Publié le 3 janvier 2026. L’année nouvelle s’annonce riche en phénomènes astronomiques, avec des pluies de météores spectaculaires, des alignements planétaires rares et la possibilité d’observer des aurores boréales depuis nos latitudes.
- Les quadrantides, une pluie de météores active du 1er au 10 janvier, atteindront leur pic dans la nuit du 3 au 4 janvier.
- Jupiter sera particulièrement brillante dans le ciel nocturne à partir du 10 janvier, atteignant son opposition avec le Soleil.

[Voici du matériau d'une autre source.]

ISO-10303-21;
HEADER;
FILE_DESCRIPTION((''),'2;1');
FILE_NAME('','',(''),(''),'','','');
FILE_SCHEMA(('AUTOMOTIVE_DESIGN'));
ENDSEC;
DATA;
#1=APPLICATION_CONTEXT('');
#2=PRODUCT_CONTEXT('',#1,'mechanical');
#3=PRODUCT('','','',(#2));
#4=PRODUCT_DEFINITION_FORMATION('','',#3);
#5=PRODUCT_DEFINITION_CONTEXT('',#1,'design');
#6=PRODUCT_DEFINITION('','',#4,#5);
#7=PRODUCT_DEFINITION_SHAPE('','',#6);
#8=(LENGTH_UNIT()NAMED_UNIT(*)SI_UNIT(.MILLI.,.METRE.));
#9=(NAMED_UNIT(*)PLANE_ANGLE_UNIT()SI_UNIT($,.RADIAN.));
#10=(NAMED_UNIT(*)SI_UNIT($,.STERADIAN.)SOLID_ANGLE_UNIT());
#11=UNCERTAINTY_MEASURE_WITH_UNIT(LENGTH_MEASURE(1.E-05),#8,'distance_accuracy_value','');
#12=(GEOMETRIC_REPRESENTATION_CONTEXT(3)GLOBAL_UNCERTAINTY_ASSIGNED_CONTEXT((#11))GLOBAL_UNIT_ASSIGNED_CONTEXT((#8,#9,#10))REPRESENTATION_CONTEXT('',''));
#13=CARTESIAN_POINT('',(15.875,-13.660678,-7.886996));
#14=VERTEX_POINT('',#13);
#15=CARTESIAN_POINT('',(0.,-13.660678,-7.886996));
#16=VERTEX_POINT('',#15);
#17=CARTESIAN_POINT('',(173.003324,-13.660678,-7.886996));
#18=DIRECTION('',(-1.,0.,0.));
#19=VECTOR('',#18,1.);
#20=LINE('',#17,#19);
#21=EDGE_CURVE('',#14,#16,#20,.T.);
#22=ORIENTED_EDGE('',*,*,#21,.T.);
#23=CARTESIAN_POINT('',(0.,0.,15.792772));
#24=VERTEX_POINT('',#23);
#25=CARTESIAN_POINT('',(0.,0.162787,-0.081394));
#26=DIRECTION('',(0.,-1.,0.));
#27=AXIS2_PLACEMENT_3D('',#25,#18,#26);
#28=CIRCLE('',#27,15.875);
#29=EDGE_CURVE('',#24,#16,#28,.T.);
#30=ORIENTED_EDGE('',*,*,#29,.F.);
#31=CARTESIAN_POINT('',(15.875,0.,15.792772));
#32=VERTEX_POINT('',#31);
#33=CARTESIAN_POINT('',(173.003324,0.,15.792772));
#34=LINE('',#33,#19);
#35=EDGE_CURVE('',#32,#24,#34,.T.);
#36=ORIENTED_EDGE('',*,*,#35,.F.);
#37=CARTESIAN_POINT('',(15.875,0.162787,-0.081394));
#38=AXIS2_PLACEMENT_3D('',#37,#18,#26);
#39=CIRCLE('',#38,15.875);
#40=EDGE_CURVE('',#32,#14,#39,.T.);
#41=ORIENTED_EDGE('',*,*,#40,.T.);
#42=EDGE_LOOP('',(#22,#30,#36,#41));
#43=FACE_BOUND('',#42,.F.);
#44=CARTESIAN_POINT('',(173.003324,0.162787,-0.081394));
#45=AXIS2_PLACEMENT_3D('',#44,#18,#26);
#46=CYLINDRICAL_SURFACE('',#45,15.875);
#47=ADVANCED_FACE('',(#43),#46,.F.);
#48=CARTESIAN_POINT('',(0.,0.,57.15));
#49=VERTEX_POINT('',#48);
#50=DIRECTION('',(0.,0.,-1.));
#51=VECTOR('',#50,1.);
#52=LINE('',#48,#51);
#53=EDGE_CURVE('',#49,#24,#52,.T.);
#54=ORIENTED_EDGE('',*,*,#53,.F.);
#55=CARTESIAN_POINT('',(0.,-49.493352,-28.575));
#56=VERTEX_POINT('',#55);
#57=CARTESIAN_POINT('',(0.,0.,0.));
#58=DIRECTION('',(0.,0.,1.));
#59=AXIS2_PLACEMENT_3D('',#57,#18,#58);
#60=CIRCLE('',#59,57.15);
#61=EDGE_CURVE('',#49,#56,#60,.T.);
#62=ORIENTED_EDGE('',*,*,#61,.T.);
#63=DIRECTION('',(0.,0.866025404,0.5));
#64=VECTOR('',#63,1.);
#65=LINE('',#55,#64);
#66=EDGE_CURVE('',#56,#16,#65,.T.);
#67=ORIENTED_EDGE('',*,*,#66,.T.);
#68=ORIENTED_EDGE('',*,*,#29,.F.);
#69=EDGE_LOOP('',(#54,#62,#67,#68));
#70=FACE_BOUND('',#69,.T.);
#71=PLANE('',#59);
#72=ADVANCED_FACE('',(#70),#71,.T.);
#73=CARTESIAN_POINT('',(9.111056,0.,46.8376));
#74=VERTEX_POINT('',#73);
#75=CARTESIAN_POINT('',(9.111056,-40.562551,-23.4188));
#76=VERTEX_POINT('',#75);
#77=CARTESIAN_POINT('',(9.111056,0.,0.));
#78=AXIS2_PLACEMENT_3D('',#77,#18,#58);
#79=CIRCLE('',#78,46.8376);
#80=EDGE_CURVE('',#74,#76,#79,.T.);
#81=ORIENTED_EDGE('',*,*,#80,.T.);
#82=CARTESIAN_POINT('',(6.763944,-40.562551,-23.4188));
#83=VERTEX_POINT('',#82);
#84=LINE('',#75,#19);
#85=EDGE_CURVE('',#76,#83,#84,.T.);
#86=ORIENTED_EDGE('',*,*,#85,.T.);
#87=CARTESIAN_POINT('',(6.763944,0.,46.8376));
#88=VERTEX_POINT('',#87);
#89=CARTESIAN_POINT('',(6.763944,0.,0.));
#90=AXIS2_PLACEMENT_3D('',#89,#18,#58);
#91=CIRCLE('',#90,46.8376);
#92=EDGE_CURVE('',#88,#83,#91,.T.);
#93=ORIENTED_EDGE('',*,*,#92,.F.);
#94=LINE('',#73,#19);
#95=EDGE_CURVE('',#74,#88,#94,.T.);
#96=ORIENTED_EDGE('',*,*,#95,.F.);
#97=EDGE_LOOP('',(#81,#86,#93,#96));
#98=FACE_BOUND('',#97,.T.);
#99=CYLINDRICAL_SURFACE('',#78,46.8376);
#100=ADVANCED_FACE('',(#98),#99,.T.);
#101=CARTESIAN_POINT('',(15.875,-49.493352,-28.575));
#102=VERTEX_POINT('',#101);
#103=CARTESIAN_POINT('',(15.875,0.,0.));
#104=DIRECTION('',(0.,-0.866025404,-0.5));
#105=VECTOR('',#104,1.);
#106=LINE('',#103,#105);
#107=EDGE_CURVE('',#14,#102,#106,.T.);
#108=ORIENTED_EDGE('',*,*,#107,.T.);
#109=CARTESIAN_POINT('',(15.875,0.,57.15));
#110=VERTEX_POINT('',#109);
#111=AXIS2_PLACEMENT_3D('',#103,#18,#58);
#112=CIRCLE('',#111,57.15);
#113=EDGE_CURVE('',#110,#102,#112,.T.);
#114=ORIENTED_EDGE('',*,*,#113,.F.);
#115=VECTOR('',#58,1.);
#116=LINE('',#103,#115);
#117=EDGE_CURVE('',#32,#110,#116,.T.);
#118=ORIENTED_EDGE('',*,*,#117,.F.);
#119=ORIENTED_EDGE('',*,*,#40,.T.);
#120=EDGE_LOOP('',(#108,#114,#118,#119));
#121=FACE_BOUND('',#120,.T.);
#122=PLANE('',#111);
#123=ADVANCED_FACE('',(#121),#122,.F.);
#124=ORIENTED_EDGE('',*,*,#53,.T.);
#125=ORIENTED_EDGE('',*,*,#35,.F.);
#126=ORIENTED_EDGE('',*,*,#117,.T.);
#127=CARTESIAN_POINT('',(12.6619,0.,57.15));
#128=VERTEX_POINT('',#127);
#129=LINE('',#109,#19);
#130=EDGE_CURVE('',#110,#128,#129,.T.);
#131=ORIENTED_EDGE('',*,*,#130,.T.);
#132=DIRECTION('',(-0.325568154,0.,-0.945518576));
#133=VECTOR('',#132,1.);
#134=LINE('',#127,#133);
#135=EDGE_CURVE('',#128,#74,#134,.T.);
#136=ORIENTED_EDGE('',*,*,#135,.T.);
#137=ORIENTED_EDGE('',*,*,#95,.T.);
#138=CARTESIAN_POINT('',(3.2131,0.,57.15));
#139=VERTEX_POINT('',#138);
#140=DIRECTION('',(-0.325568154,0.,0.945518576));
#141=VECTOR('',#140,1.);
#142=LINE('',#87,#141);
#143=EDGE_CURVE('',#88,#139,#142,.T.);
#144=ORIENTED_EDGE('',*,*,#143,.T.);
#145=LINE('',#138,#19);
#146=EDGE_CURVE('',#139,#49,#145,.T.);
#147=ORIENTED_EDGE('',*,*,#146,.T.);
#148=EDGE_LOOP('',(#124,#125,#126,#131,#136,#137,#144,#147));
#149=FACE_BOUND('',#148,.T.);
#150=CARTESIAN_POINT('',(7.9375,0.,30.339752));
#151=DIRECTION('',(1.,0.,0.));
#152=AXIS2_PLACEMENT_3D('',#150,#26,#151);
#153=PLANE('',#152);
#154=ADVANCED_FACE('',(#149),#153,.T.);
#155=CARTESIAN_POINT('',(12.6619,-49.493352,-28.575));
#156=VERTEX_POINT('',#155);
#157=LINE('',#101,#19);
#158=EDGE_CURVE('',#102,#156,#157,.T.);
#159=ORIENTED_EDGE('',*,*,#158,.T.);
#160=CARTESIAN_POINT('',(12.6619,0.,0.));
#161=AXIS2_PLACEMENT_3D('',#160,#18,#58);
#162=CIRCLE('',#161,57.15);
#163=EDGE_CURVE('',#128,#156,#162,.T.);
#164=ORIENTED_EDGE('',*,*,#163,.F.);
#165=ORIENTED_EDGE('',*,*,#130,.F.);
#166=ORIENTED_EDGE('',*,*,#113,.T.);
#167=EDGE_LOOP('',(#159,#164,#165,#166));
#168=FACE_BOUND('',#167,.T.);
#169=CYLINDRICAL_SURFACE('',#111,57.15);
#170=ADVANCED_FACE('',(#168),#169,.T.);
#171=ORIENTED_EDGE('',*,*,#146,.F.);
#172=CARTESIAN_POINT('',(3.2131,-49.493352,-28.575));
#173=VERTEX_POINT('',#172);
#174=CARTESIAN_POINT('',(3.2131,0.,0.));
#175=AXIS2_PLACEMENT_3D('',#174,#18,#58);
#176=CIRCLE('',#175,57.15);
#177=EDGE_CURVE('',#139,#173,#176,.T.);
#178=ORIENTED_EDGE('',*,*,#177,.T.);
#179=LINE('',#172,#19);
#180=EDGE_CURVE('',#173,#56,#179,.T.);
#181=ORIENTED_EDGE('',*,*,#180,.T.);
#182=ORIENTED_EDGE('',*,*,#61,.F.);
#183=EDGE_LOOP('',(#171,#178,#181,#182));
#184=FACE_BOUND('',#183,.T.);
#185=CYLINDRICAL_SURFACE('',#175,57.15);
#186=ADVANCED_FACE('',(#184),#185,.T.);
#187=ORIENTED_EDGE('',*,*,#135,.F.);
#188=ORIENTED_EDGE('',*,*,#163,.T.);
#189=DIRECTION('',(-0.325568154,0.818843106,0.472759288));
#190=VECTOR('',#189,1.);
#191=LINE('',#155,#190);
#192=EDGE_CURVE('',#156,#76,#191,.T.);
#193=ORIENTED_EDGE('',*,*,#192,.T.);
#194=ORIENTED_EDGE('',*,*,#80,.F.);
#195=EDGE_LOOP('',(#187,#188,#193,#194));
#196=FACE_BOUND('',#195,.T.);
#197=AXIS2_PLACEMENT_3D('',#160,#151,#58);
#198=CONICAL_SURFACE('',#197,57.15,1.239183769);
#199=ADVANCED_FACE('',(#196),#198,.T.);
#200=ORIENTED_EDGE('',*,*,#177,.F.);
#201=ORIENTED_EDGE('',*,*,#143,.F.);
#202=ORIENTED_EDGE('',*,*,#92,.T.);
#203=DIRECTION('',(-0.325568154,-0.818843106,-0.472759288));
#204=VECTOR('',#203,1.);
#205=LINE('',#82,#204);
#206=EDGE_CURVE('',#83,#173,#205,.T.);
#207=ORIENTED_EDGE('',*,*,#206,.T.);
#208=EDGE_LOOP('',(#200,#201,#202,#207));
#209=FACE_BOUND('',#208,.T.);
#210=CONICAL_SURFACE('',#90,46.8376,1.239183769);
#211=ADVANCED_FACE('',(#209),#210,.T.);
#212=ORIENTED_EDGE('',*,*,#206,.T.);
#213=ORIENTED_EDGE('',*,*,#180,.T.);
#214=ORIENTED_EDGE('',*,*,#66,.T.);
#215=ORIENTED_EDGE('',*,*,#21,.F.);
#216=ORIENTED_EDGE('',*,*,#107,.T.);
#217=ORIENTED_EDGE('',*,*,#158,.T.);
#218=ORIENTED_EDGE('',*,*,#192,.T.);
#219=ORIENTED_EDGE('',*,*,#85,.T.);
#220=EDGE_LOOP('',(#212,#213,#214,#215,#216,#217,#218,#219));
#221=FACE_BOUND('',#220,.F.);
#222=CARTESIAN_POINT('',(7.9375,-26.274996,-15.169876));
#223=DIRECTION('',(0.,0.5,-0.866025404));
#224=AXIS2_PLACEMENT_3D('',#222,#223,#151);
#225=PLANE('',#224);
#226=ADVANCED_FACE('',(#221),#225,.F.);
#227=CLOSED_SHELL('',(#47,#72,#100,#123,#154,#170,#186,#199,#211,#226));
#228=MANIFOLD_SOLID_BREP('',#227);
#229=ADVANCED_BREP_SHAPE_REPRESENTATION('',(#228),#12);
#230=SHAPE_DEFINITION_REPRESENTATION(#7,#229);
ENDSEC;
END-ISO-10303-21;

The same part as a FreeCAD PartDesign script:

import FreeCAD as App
import Part
import Sketcher
Q = App.Units.Quantity


def add_polygon(sketch, points):
    """Adds a closed chain of lines whose ends are joined by coincident constraints."""
    first, n = sketch.GeometryCount, len(points)
    for a, b in zip(points, points[1:] + points[:1]):
        sketch.addGeometry(Part.LineSegment(App.Vector(*a, 0), App.Vector(*b, 0)), False)
    for i in range(n):
        sketch.addConstraint(Sketcher.Constraint("Coincident", first + i, 2, first + (i + 1) % n, 1))

doc = App.newDocument("Part")
params = doc.addObject("Spreadsheet::Sheet", "Params")
for row, (alias, value) in enumerate([
    ("sketch1_height", "2.25 in"),
    ("sketch1_width", "0.625 in"),
    ("revolution_angle", "240 deg"),
    ("sketch2_diameter", "1.25 in"),
    ("hole_diameter", "1.25 in"),
], start=1):
    params.set(f"A{row}", alias)
    params.set(f"B{row}", "=" + value)
    params.setAlias(f"B{row}", alias)

body = doc.addObject("PartDesign::Body", "Body")

sketch1 = body.newObject("Sketcher::SketchObject", "Sketch")
sketch1.AttachmentSupport = (doc.getObject("XZ_Plane"), [""])
sketch1.MapMode = "FlatFace"
add_polygon(sketch1, [(0, 57.1), (0, 0), (15.9, 0), (15.9, 57.1), (12.7, 57.1), (9.1, 46.8), (6.8, 46.8), (3.2, 57.1)])
sketch1.addConstraint(Sketcher.Constraint("Vertical", 0))
sketch1.addConstraint(Sketcher.Constraint("Horizontal", 1))
sketch1.addConstraint(Sketcher.Constraint("Vertical", 2))
sketch1.addConstraint(Sketcher.Constraint("Horizontal", 3))
sketch1.addConstraint(Sketcher.Constraint("Horizontal", 5))
sketch1.addConstraint(Sketcher.Constraint("Horizontal", 7))
sketch1.addConstraint(Sketcher.Constraint("Coincident", 0, 2, -1, 1))
sketch1.addConstraint(Sketcher.Constraint("Horizontal", 3, 2, 6, 2))
sketch1.addConstraint(Sketcher.Constraint("Equal", 3, 7))
sketch1.addConstraint(Sketcher.Constraint("Equal", 4, 6))
sketch1.addConstraint(Sketcher.Constraint("Angle", 4, Q("-109 deg")))
sketch1.addConstraint(Sketcher.Constraint("DistanceY", 0, 2, 0, 1, Q("2.25 in")))
sketch1.addConstraint(Sketcher.Constraint("DistanceX", 1, 1, 1, 2, Q("0.625 in")))
sketch1.addConstraint(Sketcher.Constraint("DistanceX", 3, 2, 3, 1, Q("0.1265 in")))
sketch1.addConstraint(Sketcher.Constraint("DistanceY", -1, 1, 4, 2, Q("1.844 in")))
sketch1.setExpression("Constraints[19]", "Params.sketch1_height")
sketch1.setExpression("Constraints[20]", "Params.sketch1_width")
revolution = body.newObject("PartDesign::Revolution", "Revolution")
revolution.Profile = sketch1
revolution.ReferenceAxis = (sketch1, ["H_Axis"])
revolution.setExpression("Angle", "Params.revolution_angle")
revolution.Reversed = True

- Plusieurs conjonctions planétaires, dont une rare rencontre entre Vénus, Mercure et Saturne en février, agrémenteront le ciel au cours de l’année.
L’année 2026 promet un spectacle céleste captivant pour les amateurs d’astronomie. Dès le début janvier, les quadrantides, une pluie de météores issue de la constellation du Verseau, illumineront le ciel nocturne. Selon l’astronome Petr Horálek de l’Université de Silésie à Opava, les observateurs pourraient apercevoir jusqu’à quatre-vingts météores par heure.
« Les gens peuvent voir jusqu’à quatre-vingts météores par heure. »
Petr Horálek, astronome à l’Université de Silésie à Opava
Cependant, la pleine lune, qui atteindra sa phase de super pleine lune, pourrait perturber l’observation des météores en raison de sa luminosité.
Le 10 janvier, Jupiter, la plus grande planète de notre système solaire, sera à son opposition avec le Soleil. Cela signifie qu’elle se trouvera à l’opposé du Soleil par rapport à la Terre, ce qui la rendra particulièrement brillante dans le ciel nocturne. Visible au-dessus de l’horizon nord dans la constellation des Gémeaux, Jupiter sera observable à l’œil nu, même en ville. National Geographic prévoit un spectacle saisissant.
En février, les planètes Vénus, Mercure et Saturne se rapprocheront les unes des autres et de la Lune, créant un arc céleste inhabituel. Ce phénomène, visible à l’œil nu, offrira un spectacle unique aux observateurs du ciel.
Au printemps, la lumière du zodiaque, une faible lueur causée par la diffusion de la lumière solaire par les particules de poussière interplanétaire, sera particulièrement visible à l’équinoxe de printemps, du 7 au 20 mars, en l’absence de lumière lunaire. L’observation est facilitée loin des villes.
Mars et Vénus offriront également des rencontres rapprochées. Le 8 mars, Vénus semblera s’approcher de Saturne, et le 20 mars, elle se présentera en conjonction avec un croissant de lune mince, visible à l’horizon ouest.
Les amateurs de météores pourront également profiter des lyrides, qui atteindront leur pic dans la nuit du 23 avril, et des perséides, la pluie de météores la plus populaire, dont le maximum est prévu dans la nuit du 13 août, avec jusqu’à quatre-vingts météores par heure.
En mai, la Terre traversera un courant de particules de glace et de poussière provenant de la célèbre comète de Halley, donnant lieu aux aquarides eta, visibles du 19 avril au 28 mai, avec un pic d’activité dans la nuit du 6 mai. Time and Date prévoit une dizaine de météores par heure.
Plusieurs autres événements notables sont à prévoir, notamment une conjonction de la Lune, de Jupiter et d’autres étoiles le 19 mai, une rencontre rapprochée entre Vénus et Jupiter le 9 juin, et une éclipse partielle de Soleil le 12 août, visible à 86 % depuis la République tchèque. Une éclipse lunaire partielle sera également visible le 28 août.
Enfin, les aurores boréales pourraient être visibles depuis la République tchèque tout au long de l’année, en raison de l’activité solaire accrue. L’astronome Petr Horálek souligne que les meilleures chances d’observation se situent au printemps et en automne.